*ACTIVITY*. What you return must be an exact copy of the lines in the listing below between the line holding "#444=ORIENTED_EDGE('',*,*,#32,.F.);" and the line holding "#450=ADVANCED_FACE('',(#440,#443,#446),#449,.F.);", inclusive, and nothing more.
(Beginning of EXERCISE INPUTS)
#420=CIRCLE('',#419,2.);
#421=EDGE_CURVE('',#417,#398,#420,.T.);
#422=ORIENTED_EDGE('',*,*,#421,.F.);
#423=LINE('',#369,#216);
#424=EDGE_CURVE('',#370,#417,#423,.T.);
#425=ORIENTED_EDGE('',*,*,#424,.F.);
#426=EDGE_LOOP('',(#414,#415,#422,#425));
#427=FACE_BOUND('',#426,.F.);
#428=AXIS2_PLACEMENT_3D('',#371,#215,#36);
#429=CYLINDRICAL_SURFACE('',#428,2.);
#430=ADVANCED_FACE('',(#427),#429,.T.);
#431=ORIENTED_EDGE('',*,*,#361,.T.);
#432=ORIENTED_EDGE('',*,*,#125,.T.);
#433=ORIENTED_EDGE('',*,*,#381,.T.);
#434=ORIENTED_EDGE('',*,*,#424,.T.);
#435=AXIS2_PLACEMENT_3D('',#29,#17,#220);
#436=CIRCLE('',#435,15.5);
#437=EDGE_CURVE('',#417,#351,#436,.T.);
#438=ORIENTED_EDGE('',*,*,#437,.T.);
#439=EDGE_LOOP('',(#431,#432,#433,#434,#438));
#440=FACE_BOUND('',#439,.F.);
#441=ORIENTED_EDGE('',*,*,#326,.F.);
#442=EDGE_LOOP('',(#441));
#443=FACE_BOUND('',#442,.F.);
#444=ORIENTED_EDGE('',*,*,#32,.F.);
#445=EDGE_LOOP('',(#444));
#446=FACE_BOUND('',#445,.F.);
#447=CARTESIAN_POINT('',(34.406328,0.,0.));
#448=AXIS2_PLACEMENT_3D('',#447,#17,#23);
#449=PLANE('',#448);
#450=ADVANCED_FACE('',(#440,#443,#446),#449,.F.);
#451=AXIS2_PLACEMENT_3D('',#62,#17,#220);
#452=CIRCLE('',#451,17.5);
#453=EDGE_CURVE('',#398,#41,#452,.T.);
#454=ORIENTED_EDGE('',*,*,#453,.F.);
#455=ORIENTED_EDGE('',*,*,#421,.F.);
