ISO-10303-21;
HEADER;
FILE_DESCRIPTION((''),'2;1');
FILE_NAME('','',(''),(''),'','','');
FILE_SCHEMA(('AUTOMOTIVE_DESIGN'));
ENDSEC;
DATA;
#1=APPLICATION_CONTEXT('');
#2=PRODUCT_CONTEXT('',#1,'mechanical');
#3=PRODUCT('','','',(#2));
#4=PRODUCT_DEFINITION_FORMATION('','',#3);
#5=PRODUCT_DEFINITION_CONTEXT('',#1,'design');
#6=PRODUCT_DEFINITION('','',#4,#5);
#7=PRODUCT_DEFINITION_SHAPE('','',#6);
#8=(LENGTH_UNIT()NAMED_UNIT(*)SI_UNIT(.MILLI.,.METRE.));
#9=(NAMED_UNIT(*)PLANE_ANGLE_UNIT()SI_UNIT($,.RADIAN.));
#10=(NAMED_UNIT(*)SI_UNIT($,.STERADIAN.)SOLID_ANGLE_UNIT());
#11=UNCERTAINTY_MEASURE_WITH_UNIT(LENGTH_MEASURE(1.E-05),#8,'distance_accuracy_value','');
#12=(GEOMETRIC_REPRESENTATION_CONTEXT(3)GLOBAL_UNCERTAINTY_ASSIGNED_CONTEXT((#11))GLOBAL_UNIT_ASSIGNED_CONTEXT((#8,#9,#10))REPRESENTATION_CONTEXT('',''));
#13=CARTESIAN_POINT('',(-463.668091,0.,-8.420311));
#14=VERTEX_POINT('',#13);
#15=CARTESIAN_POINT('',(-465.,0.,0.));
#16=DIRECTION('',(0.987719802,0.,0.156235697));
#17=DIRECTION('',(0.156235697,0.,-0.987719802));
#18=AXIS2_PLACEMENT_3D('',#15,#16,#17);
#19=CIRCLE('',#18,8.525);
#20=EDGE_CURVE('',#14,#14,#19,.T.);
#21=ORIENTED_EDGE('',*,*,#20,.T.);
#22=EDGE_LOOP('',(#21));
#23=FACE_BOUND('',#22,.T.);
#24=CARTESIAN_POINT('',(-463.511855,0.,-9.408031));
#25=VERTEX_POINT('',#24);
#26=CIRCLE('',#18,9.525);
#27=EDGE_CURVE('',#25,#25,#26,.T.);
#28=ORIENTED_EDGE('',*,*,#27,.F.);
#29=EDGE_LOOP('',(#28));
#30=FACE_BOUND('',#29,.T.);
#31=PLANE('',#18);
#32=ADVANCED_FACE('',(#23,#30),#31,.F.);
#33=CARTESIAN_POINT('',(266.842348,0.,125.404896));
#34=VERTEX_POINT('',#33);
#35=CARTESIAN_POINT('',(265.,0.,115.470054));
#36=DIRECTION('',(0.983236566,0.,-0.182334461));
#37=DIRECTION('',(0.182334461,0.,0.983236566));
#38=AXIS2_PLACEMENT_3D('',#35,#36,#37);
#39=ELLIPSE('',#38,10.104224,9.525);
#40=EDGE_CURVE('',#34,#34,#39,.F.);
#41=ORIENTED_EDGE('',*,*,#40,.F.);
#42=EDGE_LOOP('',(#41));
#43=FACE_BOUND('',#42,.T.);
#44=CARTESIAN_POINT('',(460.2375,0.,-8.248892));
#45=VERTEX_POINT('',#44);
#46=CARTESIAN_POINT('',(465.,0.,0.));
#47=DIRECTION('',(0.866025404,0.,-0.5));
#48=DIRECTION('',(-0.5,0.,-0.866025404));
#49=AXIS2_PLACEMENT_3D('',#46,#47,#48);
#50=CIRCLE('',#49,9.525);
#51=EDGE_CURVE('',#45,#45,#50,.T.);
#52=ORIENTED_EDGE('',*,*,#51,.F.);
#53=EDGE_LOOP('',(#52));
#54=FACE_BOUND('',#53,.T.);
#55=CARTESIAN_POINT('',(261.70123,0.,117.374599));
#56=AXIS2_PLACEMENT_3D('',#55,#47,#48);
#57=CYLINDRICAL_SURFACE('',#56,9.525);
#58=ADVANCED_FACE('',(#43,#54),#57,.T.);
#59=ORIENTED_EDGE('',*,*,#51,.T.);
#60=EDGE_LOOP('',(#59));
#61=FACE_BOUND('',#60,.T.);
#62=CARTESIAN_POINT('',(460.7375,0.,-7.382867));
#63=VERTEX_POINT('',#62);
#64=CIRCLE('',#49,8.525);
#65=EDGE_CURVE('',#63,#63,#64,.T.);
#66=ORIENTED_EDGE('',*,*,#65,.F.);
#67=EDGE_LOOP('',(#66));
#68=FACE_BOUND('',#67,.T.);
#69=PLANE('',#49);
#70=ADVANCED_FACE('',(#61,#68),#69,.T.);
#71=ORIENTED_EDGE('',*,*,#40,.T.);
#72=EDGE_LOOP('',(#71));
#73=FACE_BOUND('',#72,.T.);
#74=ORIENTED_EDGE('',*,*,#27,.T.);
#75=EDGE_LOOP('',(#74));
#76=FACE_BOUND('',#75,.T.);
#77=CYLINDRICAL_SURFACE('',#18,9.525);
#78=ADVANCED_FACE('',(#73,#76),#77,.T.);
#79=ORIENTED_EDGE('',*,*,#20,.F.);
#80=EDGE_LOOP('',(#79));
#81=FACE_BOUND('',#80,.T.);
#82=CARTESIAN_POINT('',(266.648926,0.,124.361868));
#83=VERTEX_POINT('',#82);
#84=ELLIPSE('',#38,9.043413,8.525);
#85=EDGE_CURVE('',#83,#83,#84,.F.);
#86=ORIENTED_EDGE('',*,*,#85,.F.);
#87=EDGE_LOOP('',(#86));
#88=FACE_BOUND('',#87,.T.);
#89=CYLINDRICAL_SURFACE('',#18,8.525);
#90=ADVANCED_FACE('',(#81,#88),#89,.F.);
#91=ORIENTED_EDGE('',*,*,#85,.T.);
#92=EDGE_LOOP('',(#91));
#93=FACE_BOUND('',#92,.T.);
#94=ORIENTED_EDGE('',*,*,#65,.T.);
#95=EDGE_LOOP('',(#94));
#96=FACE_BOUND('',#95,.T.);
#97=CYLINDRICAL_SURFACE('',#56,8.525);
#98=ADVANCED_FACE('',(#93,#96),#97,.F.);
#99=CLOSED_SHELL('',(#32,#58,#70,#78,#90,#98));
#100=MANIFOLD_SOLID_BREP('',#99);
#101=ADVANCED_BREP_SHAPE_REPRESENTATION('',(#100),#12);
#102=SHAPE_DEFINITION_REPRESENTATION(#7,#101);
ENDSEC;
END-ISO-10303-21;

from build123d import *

# Parameters (mm, degrees)
SKETCH2_R   = 9.525
SKETCH2_R_2 = 8.525


with BuildPart() as part:
    # Sweep-Thin1: sweep along a path in Sketch1
    with BuildLine(Plane(origin=(0, 0, 0), x_dir=(1, 0, 0), z_dir=(0, 1, 0))) as sweep_thin1_path:
        Line((465, 0), (265, -115.470053838))
        Line((265, -115.470053838), (-465, 0))
    # Sketch2 → Sweep-Thin1 (sweep)
    with BuildSketch(Plane(origin=(-465, 0, 0), x_dir=(0.156235697, 0, -0.987719802), z_dir=(0.987719802, 0, 0.156235697))):
        Circle(SKETCH2_R)
        Circle(SKETCH2_R_2, mode=Mode.SUBTRACT)
    sweep(path=sweep_thin1_path.line, transition=Transition.RIGHT)


solid = part.part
(End of EXERCISE INPUTS)
*RESPONSE BELOW*.
#444=ORIENTED_EDGE('',*,*,#32,.F.);
#445=EDGE_LOOP('',(#444));
#446=FACE_BOUND('',#445,.F.);
#447=CARTESIAN_POINT('',(34.406328,0.,0.));
#448=AXIS2_PLACEMENT_3D('',#447,#17,#23);
#449=PLANE('',#448);
#450=ADVANCED_FACE('',(#440,#443,#446),#449,.F.);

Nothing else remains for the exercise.